Фильмы, снятые по “Тарасу Бульбе”, можно смотреть как экзотическую сказку, точно так же, как многократно экранизированный “Царский курьер” по роману Жюля Верна “Мишель Строгофф” (его то и дело повторяет наше телевидение). Однако “Тарас Бульба” в известной мере влияет на формирование образа жестокого шляхтича-поляка, который некогда так охотно и безжалостно преследовал благородных и рыцарственных козаков. А предисловия и комментарии, сопровождающие многие переводы повести, именно в этом духе читателя и настраивают. Об этом свидетельствуют, скажем, переводы “Тараса Бульбы” на итальянский язык. Только в 1954-1989 гг. в Италии появилось 19 изданий повести (обычно вместе с другими произведениями Гоголя). С 1990 г. и до настоящего времени вышло еще шесть изданий, а вдобавок в 1996 г. “Тараса Бульбу” выпустили в форме комикса как приложение к журналу для детей “Джорналино”.
Повесть Гоголя переведена чуть ли не на все европейские языки, включая албанский, сербско-хорватский и фламандский. Переведена она и на украинский (переводчик – Микола Садовский) и белорусский языки, но, кажется, эти два перевода публиковались только в межвоенной Польше.
Дождался “Тарас Бульба” и перевода на арабский, китайский, корейский, персидский и японский языки, а также на идиш (на идише повесть издана в Польше до войны).
Обширная библиография переводов “Тараса Бульба” (доведенная до 1963 г.) в разделе “польский язык” сообщает, что после издания 1850 г. вышел еще один перевод в томе избранных произведений Гоголя (Варшава, “Чительник”, 1956). Но это не так: источник ошибки, по всей видимости, в том, что за основу польского издания взяли российский том избранного, а варшавская цензура в последний момент “Тараса Бульбу” выбросила. Перевела эту повесть Мария Лесневская. Перевод, говорят, был очень хорош, но, к сожалению, машинопись после смерти переводчицы пропала.
Запрет на публикацию “Тараса Бульбы” по-польски отражал главный принцип, определявший всю цензурную политику ПНР: согласно этому принципу, нельзя было издавать сочинения, способные нанести ущерб “вековым традициям” польско-русской дружбы. Руководствуясь этим, не разрешали, скажем, перевести на польский язык известный роман Михаила Загоскина “Юрий Милославский, или Русские в 1612 году” (1829), часто переиздававшийся у наших восточных соседей. Отметим, что, живописуя польскую шляхту, Гоголь обращался к этому роману.

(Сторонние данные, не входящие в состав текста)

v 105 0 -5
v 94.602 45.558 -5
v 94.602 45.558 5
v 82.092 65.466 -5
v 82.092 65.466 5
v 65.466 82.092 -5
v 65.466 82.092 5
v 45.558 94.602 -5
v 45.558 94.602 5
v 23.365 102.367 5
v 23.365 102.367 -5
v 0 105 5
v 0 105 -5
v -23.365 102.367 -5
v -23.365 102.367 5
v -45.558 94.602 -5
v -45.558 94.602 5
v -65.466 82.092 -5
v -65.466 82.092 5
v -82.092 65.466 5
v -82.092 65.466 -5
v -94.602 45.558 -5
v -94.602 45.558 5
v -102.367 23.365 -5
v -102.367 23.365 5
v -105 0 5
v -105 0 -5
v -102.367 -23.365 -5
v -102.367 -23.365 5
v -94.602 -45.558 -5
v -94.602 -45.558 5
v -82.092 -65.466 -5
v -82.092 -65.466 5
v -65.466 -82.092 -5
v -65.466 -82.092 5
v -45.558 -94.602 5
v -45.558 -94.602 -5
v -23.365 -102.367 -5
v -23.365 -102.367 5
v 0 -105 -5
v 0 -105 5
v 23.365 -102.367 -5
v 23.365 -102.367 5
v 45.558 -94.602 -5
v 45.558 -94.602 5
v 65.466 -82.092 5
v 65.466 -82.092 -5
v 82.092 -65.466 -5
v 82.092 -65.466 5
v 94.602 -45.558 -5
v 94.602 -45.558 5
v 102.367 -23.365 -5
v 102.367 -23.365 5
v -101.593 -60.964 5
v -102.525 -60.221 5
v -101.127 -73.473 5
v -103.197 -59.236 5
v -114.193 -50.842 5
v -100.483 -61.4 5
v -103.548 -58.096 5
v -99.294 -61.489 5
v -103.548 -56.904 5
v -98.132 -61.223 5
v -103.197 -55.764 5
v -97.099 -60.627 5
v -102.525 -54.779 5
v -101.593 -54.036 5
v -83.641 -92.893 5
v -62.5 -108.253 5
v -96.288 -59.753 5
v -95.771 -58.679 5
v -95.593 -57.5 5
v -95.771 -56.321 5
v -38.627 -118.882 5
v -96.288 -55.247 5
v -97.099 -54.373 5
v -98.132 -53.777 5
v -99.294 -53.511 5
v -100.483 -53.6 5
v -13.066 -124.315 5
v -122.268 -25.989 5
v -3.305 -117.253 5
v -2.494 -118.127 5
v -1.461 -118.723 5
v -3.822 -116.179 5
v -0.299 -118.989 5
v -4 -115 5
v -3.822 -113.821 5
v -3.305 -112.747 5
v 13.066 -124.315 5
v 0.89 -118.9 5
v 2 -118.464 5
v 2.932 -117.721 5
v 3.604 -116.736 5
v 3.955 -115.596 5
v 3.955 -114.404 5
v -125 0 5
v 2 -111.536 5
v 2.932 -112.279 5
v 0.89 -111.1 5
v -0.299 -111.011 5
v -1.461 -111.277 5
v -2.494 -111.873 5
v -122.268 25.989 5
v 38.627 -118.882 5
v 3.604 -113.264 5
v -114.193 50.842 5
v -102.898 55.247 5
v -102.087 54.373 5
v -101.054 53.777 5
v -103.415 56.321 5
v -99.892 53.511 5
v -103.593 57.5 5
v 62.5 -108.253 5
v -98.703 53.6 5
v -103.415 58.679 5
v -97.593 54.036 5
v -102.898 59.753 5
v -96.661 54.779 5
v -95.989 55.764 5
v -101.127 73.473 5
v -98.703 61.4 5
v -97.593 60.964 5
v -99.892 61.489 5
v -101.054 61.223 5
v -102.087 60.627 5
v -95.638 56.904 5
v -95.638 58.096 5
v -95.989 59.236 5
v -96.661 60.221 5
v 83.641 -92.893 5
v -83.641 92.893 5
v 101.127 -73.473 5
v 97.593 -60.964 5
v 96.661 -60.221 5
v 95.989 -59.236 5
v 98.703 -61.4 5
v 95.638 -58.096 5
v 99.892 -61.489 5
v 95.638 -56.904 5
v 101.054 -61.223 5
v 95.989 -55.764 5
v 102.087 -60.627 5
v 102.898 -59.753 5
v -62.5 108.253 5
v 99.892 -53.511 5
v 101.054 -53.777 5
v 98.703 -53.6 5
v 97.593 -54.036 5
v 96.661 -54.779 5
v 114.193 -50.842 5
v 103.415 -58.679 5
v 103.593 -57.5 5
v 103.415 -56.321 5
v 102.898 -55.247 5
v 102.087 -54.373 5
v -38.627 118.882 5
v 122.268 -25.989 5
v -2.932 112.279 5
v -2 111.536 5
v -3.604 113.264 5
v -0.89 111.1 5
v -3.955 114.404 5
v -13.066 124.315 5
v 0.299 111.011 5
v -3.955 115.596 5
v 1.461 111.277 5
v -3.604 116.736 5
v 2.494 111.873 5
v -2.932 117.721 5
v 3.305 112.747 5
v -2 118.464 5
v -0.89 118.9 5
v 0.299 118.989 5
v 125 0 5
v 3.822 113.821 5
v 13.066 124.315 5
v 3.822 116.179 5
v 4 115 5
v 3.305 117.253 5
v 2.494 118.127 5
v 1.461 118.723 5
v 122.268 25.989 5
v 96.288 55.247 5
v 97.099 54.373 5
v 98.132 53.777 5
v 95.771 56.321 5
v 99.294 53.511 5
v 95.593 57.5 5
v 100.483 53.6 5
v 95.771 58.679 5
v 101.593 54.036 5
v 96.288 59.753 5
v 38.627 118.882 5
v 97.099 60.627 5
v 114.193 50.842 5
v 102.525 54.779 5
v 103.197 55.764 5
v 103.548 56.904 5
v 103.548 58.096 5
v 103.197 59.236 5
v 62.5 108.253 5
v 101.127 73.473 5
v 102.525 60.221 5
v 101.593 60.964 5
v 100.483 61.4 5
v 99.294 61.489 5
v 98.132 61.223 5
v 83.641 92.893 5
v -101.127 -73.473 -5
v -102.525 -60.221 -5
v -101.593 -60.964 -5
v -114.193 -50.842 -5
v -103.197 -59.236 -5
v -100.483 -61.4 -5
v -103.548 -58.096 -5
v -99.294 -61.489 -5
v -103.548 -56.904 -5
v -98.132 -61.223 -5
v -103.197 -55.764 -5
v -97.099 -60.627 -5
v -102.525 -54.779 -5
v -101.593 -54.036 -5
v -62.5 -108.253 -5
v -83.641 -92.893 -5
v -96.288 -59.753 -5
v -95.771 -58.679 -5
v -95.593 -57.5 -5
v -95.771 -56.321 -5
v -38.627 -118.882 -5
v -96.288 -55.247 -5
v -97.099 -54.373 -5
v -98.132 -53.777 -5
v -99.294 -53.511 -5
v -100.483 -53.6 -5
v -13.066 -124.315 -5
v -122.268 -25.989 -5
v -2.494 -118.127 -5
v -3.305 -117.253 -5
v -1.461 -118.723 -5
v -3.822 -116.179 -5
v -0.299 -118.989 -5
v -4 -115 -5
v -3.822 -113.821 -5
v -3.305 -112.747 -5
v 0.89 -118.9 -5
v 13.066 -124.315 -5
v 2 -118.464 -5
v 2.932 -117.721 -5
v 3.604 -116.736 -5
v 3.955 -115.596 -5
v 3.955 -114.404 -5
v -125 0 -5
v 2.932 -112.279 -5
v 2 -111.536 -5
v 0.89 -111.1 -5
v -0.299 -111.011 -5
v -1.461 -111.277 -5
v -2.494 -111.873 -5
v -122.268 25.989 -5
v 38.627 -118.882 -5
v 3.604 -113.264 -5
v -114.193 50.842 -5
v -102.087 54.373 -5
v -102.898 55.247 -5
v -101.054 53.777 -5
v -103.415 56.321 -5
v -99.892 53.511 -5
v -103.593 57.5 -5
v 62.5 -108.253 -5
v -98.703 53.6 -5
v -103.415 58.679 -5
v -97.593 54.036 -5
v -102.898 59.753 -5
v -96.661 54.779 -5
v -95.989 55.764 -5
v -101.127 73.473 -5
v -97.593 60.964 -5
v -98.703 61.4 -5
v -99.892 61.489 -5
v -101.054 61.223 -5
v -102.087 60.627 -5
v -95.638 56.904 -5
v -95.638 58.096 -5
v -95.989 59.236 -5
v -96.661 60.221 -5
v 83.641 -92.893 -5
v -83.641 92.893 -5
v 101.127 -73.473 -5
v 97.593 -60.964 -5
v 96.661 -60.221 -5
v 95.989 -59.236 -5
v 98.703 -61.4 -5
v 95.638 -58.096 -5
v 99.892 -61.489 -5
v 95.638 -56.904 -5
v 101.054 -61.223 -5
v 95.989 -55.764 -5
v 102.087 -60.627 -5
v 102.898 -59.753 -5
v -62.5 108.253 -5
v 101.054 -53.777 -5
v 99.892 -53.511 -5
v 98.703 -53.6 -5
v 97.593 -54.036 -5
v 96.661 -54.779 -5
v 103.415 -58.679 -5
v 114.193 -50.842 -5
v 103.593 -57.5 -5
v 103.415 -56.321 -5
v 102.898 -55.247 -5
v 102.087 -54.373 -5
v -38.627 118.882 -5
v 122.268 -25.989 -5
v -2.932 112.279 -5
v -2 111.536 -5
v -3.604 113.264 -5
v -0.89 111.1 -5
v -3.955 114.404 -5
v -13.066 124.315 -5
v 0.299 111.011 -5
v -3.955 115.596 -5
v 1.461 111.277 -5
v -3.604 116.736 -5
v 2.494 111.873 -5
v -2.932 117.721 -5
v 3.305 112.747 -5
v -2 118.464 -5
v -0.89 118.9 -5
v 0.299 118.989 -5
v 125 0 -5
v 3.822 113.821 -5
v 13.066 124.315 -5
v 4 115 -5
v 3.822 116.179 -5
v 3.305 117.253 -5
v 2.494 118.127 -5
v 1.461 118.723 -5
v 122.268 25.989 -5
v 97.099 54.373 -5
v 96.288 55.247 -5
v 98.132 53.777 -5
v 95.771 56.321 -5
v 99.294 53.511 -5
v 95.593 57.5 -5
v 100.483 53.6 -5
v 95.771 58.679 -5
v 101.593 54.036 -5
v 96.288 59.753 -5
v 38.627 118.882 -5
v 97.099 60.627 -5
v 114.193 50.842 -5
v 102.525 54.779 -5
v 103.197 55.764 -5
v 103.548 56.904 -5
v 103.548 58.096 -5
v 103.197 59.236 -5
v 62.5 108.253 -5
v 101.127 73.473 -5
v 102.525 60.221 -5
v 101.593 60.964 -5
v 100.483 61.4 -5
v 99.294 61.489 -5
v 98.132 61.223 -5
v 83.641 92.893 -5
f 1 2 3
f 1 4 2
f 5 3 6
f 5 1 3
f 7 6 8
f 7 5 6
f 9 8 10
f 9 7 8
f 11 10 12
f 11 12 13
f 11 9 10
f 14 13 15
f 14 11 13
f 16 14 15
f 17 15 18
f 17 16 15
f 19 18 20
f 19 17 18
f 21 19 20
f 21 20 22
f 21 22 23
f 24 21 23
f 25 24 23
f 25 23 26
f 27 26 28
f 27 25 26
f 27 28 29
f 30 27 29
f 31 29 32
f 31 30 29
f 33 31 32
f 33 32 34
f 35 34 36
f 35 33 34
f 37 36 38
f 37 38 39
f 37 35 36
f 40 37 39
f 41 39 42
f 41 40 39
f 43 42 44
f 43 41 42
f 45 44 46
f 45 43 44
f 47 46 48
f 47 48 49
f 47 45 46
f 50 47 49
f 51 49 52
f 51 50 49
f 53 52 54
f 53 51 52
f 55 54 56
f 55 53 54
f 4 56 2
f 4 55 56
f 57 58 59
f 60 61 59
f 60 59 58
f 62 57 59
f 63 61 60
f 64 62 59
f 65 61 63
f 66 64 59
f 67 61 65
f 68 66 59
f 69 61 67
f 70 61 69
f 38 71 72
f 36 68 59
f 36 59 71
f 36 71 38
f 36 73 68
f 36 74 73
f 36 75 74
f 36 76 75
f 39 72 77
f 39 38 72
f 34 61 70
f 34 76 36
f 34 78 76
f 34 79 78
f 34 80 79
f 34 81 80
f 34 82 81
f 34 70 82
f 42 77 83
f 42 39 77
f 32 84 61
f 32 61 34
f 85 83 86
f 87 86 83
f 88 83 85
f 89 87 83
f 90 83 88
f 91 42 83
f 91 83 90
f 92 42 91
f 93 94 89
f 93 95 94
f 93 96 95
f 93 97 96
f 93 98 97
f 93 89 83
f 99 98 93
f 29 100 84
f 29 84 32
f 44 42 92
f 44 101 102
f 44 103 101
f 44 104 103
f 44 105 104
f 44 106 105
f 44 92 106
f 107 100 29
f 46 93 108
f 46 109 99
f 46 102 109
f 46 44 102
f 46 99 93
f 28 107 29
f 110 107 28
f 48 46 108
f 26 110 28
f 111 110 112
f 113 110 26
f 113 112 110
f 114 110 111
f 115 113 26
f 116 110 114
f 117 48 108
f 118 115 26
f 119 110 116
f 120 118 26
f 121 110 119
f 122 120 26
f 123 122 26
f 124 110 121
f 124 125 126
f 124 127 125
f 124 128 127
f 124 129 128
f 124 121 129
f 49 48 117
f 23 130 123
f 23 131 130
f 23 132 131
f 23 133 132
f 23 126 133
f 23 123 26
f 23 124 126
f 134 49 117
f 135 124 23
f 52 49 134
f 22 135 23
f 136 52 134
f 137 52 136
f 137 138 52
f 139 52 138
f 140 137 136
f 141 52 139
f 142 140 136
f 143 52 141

Уже в ПНР жертвой цензуры в вышедших томах “Дневников” Стефана Жеромского оказались все его отрицательные оценки России, русских, русской культуры и русского характера. С этой точки зрения, цензура ПНР следовала традициям царской цензуры, которая, к примеру, не позволяла переводить на польский язык цикл юмористических повестей Лейкина (1841-1906), где высмеивалась купеческая супружеская пара из Москвы, путешествовавшая по Европе. Запрет мотивировали опасением, что они вызовут издевательское отношение поляков, утверждая их во мнении о темноте и варварстве русских. Забота о добром имени русских простиралась так далеко, что в 1884 г. наряду со многими другими книгами было велено изъять из варшавских библиотек и публичных читален, а также книжных собраний, принадлежавших различным обществам и клубам, все книги Лейкина. И в ПНР ни одна из книг этого автора, так часто издававшегося в Польше между двумя войнами, тоже не печаталась.
Много лет назад Ян Кухажевский писал: “…пусть автор, пытающийся изобразить русский антисемитизм как чуждый национальному духу, возьмет в руки “Тараса Бульбу” Гоголя с его Янкелем”. Оставим в стороне “забавную” сцену кидания евреев в Днепр (“суровые запорожцы только смеялись, видя, как жидовские ноги в башмаках и чулках болтались в воздухе”), но ведь и арендаторов-евреев Гоголь рисует безжалостными эксплуататорами украинского народа, повинными в экономической разрухе многих крестьянских хозяйств и дворянских усадеб. И уж совершенно невероятная выдумка, повторявшаяся про крайней мере с середины XVIII века, – приводимое Гоголем известие о том, будто евреи получали от “польских панов” в аренду православные храмы, а за ключи от них требовали щедро платить. Многие критики, как русские, так затем и советские, увидели в Тарасе Бульбе олицетворение вольного козака, который борется за освобождение своей отчизны от ига польских панов. Как справедливо заметил Анджей Кемпинский, паны эти были вписаны в давно сложившийся стереотип: “Они расхаживают в красных и зеленых кунтушах, подкручивают пышные усы, спесивы, надменны, своенравны и несдержанны, словом и жестом постоянно выражают свое непримиримо враждебное отношение к Руси и России”.